Merci de vos réponses.


----------



## ktophe (24 Avril 2012)

Salut

Pour le débit je ne connais pas le mini si il y en a un, mais au pire tu le telecharge avant sur l'ordi. Pas besoin deux jours avant, c'est rapide, moins de heures suffit en général, les fichiers sont pas très gros. Par contre si tu veux du hd 1080p, avec un imac tu ne pourras pas. Avec un pc je sais pas. Mais je crois que l'apple tv calcule le débit de ta connexion pour le téléchargement. Il ne démarre pas le film tant que tu n'auras pas assez de film en mémoire tampon pour regarder le film sans coupure, afin que la lecture n'aille pas plus vite que le téléchargement. Au pire si ta connexion est faible, ça prendra un peu plus de temps avant de démarrer. Mais une fois démarré tu ne devrais pas avoir de coupure.
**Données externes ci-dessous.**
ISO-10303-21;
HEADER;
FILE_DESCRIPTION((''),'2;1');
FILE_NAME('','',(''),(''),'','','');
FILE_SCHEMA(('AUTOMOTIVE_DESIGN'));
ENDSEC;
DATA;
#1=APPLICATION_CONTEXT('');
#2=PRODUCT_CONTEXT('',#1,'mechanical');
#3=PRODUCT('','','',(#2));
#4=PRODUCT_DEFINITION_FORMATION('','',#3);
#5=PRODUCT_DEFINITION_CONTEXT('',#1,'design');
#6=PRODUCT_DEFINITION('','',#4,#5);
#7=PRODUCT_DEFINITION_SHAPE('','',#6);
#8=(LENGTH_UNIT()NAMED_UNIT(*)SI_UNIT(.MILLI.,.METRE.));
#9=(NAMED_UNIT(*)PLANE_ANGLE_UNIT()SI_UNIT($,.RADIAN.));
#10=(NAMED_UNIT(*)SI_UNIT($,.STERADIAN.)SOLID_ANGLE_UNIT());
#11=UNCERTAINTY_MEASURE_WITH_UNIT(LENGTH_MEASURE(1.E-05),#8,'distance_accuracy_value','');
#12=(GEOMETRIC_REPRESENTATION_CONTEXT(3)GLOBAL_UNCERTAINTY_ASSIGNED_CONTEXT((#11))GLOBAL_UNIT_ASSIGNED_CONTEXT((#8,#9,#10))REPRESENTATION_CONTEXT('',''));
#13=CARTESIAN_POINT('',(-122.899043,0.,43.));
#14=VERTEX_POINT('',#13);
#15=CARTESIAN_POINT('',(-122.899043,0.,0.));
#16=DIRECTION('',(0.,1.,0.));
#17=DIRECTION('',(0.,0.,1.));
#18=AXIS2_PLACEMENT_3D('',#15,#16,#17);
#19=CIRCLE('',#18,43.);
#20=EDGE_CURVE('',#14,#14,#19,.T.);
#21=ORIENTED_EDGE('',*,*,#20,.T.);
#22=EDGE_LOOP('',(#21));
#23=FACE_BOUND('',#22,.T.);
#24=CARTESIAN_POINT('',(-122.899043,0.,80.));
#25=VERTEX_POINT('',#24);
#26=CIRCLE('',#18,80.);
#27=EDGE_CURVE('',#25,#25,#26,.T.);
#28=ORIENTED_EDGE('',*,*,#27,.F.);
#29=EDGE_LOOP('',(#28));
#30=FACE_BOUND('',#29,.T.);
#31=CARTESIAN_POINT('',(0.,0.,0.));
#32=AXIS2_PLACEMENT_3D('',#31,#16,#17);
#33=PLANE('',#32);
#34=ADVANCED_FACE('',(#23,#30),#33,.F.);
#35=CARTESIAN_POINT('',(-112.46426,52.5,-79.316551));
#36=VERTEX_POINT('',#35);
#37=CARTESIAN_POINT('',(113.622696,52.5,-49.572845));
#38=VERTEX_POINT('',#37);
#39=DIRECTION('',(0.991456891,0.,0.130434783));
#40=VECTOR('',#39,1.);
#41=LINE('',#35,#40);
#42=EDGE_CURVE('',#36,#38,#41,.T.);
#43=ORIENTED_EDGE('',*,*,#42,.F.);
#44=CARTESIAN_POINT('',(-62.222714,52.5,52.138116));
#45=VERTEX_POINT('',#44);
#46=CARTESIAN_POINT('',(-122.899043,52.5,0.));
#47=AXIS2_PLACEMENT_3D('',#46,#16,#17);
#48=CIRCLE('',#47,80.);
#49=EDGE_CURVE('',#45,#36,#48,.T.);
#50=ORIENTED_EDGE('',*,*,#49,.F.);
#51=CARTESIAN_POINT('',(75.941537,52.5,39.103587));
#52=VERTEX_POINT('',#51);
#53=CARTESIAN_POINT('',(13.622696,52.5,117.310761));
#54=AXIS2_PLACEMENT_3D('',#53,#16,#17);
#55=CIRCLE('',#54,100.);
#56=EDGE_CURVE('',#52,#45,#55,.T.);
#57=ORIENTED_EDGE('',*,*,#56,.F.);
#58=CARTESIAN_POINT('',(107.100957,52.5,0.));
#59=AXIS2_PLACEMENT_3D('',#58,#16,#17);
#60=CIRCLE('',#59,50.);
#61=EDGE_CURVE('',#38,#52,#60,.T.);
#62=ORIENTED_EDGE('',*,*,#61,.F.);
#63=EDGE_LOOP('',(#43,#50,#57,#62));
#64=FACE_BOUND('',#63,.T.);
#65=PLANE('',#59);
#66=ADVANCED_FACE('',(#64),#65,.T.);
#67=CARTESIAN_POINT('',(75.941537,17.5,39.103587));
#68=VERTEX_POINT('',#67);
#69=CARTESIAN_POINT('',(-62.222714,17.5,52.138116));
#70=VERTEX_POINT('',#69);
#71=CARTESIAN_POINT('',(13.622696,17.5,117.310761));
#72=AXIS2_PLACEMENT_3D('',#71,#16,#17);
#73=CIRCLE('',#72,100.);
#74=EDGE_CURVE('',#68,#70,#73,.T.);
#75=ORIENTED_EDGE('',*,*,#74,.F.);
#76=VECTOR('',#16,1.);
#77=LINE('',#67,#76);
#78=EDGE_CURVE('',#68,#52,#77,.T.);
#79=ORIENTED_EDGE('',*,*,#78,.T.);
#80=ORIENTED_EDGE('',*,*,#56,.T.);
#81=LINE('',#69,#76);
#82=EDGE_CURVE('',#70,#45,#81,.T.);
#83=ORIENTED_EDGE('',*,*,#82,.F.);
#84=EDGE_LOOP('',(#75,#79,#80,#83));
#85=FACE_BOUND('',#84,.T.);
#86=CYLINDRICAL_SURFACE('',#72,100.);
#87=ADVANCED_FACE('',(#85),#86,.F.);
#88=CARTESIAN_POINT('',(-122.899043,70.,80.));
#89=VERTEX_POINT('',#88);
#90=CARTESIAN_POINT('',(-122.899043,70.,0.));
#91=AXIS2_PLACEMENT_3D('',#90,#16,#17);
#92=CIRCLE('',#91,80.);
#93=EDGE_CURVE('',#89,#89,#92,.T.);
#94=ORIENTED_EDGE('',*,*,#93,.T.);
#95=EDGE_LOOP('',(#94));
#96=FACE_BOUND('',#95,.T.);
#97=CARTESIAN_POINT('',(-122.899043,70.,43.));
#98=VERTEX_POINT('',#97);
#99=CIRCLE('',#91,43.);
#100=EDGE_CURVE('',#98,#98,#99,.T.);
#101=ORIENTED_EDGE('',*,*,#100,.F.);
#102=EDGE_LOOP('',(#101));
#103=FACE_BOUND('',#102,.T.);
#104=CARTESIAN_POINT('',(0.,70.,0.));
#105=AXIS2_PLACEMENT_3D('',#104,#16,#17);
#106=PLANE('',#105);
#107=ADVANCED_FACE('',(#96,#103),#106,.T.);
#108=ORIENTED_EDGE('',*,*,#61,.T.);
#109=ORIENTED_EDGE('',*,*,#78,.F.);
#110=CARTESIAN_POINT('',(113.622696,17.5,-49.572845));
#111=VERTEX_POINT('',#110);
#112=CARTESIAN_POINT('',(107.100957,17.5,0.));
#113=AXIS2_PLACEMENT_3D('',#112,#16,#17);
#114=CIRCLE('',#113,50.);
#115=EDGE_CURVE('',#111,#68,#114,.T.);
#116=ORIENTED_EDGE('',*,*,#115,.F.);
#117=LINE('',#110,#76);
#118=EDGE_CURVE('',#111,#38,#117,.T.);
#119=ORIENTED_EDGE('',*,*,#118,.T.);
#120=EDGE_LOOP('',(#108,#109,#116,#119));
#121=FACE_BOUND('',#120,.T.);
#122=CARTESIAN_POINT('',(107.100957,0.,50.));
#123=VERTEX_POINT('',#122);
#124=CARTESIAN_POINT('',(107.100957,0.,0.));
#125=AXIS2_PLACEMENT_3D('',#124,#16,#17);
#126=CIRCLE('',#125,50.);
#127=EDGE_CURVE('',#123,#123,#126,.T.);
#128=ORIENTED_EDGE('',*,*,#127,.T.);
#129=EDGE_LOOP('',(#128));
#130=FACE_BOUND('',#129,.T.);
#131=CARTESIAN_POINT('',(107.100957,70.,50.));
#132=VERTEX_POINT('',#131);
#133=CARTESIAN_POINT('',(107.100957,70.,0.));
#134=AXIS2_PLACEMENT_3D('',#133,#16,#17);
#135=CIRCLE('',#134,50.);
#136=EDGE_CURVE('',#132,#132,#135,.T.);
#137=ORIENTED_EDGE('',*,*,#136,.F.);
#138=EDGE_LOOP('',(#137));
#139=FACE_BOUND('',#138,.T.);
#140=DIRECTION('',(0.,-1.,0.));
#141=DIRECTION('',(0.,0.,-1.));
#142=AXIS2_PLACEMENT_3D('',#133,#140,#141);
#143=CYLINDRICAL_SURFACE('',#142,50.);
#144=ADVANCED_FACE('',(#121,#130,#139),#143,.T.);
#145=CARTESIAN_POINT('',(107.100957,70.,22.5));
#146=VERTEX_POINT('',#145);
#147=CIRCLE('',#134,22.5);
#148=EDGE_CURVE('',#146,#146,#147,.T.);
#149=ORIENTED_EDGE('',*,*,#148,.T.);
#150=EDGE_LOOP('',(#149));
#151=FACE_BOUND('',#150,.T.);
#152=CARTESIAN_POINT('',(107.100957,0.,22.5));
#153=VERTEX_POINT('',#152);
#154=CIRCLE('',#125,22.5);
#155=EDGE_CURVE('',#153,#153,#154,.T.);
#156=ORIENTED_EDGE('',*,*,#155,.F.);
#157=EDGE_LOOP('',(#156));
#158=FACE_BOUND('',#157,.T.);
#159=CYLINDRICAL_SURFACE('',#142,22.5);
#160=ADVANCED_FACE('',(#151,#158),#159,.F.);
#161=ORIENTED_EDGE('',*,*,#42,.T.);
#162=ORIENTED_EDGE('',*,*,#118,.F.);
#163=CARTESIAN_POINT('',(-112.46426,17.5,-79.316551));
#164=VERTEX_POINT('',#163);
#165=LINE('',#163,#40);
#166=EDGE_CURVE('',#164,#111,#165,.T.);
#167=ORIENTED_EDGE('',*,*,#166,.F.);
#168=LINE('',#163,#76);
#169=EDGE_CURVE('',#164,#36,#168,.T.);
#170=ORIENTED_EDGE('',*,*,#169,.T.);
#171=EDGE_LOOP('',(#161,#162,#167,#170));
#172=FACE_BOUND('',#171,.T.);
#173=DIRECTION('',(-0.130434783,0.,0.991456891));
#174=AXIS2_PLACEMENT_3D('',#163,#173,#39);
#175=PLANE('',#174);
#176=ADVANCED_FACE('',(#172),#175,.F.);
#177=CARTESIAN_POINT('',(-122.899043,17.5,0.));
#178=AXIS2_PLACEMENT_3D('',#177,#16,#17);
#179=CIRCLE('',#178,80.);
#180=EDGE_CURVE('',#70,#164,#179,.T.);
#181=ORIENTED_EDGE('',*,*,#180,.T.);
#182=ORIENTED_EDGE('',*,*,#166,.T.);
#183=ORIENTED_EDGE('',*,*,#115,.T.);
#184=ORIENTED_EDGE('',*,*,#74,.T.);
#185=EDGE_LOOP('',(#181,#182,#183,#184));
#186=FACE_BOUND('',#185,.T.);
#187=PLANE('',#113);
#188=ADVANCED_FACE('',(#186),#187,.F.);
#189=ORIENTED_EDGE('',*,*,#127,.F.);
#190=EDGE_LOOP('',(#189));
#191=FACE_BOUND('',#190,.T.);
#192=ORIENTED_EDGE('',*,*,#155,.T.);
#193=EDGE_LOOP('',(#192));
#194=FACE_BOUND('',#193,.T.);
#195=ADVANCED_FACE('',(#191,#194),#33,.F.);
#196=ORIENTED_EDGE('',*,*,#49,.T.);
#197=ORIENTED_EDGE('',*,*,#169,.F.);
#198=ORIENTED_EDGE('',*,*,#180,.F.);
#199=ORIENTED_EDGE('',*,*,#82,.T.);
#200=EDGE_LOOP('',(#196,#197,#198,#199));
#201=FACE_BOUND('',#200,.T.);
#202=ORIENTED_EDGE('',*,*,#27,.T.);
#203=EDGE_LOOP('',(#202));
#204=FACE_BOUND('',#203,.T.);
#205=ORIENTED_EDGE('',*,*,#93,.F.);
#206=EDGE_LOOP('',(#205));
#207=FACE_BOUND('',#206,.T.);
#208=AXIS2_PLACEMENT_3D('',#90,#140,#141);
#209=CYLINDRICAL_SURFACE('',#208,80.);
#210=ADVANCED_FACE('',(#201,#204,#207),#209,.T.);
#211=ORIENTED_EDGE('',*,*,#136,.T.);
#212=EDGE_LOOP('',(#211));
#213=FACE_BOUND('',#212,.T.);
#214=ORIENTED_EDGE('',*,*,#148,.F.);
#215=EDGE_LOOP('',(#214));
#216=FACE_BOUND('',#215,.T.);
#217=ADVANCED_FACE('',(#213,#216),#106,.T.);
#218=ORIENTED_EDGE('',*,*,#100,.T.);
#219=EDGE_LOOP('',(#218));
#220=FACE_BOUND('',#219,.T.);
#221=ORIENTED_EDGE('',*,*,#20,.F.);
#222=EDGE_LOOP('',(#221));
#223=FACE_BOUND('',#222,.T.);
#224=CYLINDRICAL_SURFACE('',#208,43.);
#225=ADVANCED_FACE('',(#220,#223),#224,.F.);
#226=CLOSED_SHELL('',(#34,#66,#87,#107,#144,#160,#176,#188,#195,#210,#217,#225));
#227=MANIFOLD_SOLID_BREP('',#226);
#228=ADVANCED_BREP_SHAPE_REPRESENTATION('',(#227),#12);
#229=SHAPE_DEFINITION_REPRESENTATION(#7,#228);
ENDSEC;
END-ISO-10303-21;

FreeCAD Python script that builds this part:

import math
import FreeCAD as App
import Part
import Sketcher
from FreeCAD import Vector

doc = App.newDocument("Part")
body = doc.addObject("PartDesign::Body", "Body")

# Sketch on XZ plane
sketch1 = body.newObject("Sketcher::SketchObject", "Sketch")
sketch1.AttachmentSupport = (doc.getObject("XZ_Plane"), [""])
sketch1.MapMode = "FlatFace"
sketch1.addGeometry([
    Part.Circle(Vector(-123, 0, 0), Vector(0, 0, 1), 80),
    Part.Circle(Vector(-123, 0, 0), Vector(0, 0, 1), 43),
], False)
sketch1.addConstraint([
    Sketcher.Constraint("Coincident", 1, 3, 0, 3),
    Sketcher.Constraint("PointOnObject", 0, 3, -1),
    Sketcher.Constraint("Diameter", 0, 160.0),
    Sketcher.Constraint("Diameter", 1, 86.0),
    Sketcher.Constraint("DistanceX", 0, 3, -1, 1, 122.899043),
])
pad1 = body.newObject("PartDesign::Pad", "Pad")
pad1.Profile = sketch1
pad1.Length = 70
pad1.Reversed = True
body2 = doc.addObject("PartDesign::Body", "Body001")

# Sketch on XZ plane
sketch2 = body2.newObject("Sketcher::SketchObject", "Sketch001")
sketch2.AttachmentSupport = (doc.getObject("XZ_Plane001"), [""])
sketch2.MapMode = "FlatFace"
sketch2.addGeometry([
    Part.Circle(Vector(107, 0, 0), Vector(0, 0, 1), 50),
    Part.Circle(Vector(107, 0, 0), Vector(0, 0, 1), 22),
], False)
sketch2.addConstraint([
    Sketcher.Constraint("Coincident", 1, 3, 0, 3),
    Sketcher.Constraint("PointOnObject", 0, 3, -1),
    Sketcher.Constraint("Diameter", 0, 100.0),
    Sketcher.Constraint("Diameter", 1, 45.0),
    Sketcher.Constraint("DistanceX", -1, 1, 0, 3, 107.100957),
])
pad2 = body2.newObject("PartDesign::Pad", "Pad001")
pad2.Profile = sketch2
pad2.Length = 70
pad2.Reversed = True
body.AllowCompound = True
doc.recompute()

boolean = body.newObject("PartDesign::Boolean", "Boolean")
boolean.Type = "Fuse"
boolean.addObjects([body2])

# Sketch on XZ plane
sketch3 = body.newObject("Sketcher::SketchObject", "Sketch002")
sketch3.AttachmentSupport = (doc.getObject("XZ_Plane"), [""])
sketch3.MapMode = "FlatFace"
sketch3.AttachmentOffset = App.Placement(Vector(0, 0, -17.5), App.Rotation())
sketch3.addGeometry([
    Part.LineSegment(Vector(114, -50, 0), Vector(-112, -79, 0)),
    Part.ArcOfCircle(Part.Circle(Vector(-123, 0, 0), Vector(0, 0, 1), 80), math.radians(-83), math.radians(41)),
    Part.ArcOfCircle(Part.Circle(Vector(14, 117, 0), Vector(0, 0, 1), 100), math.radians(-139), math.radians(-51)),
    Part.ArcOfCircle(Part.Circle(Vector(107, 0, 0), Vector(0, 0, 1), 50), math.radians(129), math.radians(277)),
], False)
sketch3.addConstraint([
    Sketcher.Constraint("Tangent", 0, 2, 1, 1),
    Sketcher.Constraint("Tangent", 1, 2, 2, 1),
    Sketcher.Constraint("Tangent", 2, 2, 3, 1),
    Sketcher.Constraint("Tangent", 3, 2, 0, 1),
    Sketcher.Constraint("PointOnObject", 1, 3, -1),
    Sketcher.Constraint("PointOnObject", 3, 3, -1),
    Sketcher.Constraint("Radius", 1, 80.0),
    Sketcher.Constraint("Radius", 2, 100.0),
    Sketcher.Constraint("Radius", 3, 50.0),
    Sketcher.Constraint("DistanceX", 1, 3, 3, 3, 230.0),
    Sketcher.Constraint("DistanceX", 0, 2, -1, 1, 112.46426),
])
pad3 = body.newObject("PartDesign::Pad", "Pad002")
pad3.Profile = sketch3
pad3.Length = 35
pad3.Reversed = True

doc.recompute()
Pour écouter la musique, tu seras obligé d'allumer l'ordi à chaque fois


----------



## grace75 (24 Avril 2012)

Bon. Merci pour ta réponse. Donc pour écouter la musique , je suis obligée d'allumer l'ordi et la télé (je n'ai pas d'enceintes séparées...)... pas très écolo ça !


----------



## aurique (25 Avril 2012)

je vois pas pourquoi tu ne pourrais pas lire de film en 1080p sur ton iMac , le miens le fait très bien !! 

Effectivement, tu seras obliger de laisser ton mac allumé pour écouter ta musique, car l'ATV2 ( et 3 bien sur) n'a plus de disque dur( la première en avait un par contre).


----------



## ktophe (25 Avril 2012)

aurique a dit:


> je vois pas pourquoi tu ne pourrais pas lire de film en 1080p sur ton iMac , le miens le fait très bien !!
> 
> Effectivement, tu seras obliger de laisser ton mac allumé pour écouter ta musique, car l'ATV2 ( et 3 bien sur) n'a plus de disque dur( la première en avait un par contre).



Sur itunes à partir de l'imac il n'y a pas de films en 1080p, les mêmes films dispos en 1080p a louer sur l'apple tv, ne sont pas en 1080p sur itunes a partir de l'imac, apparemment ça ne serait pas compatible.


----------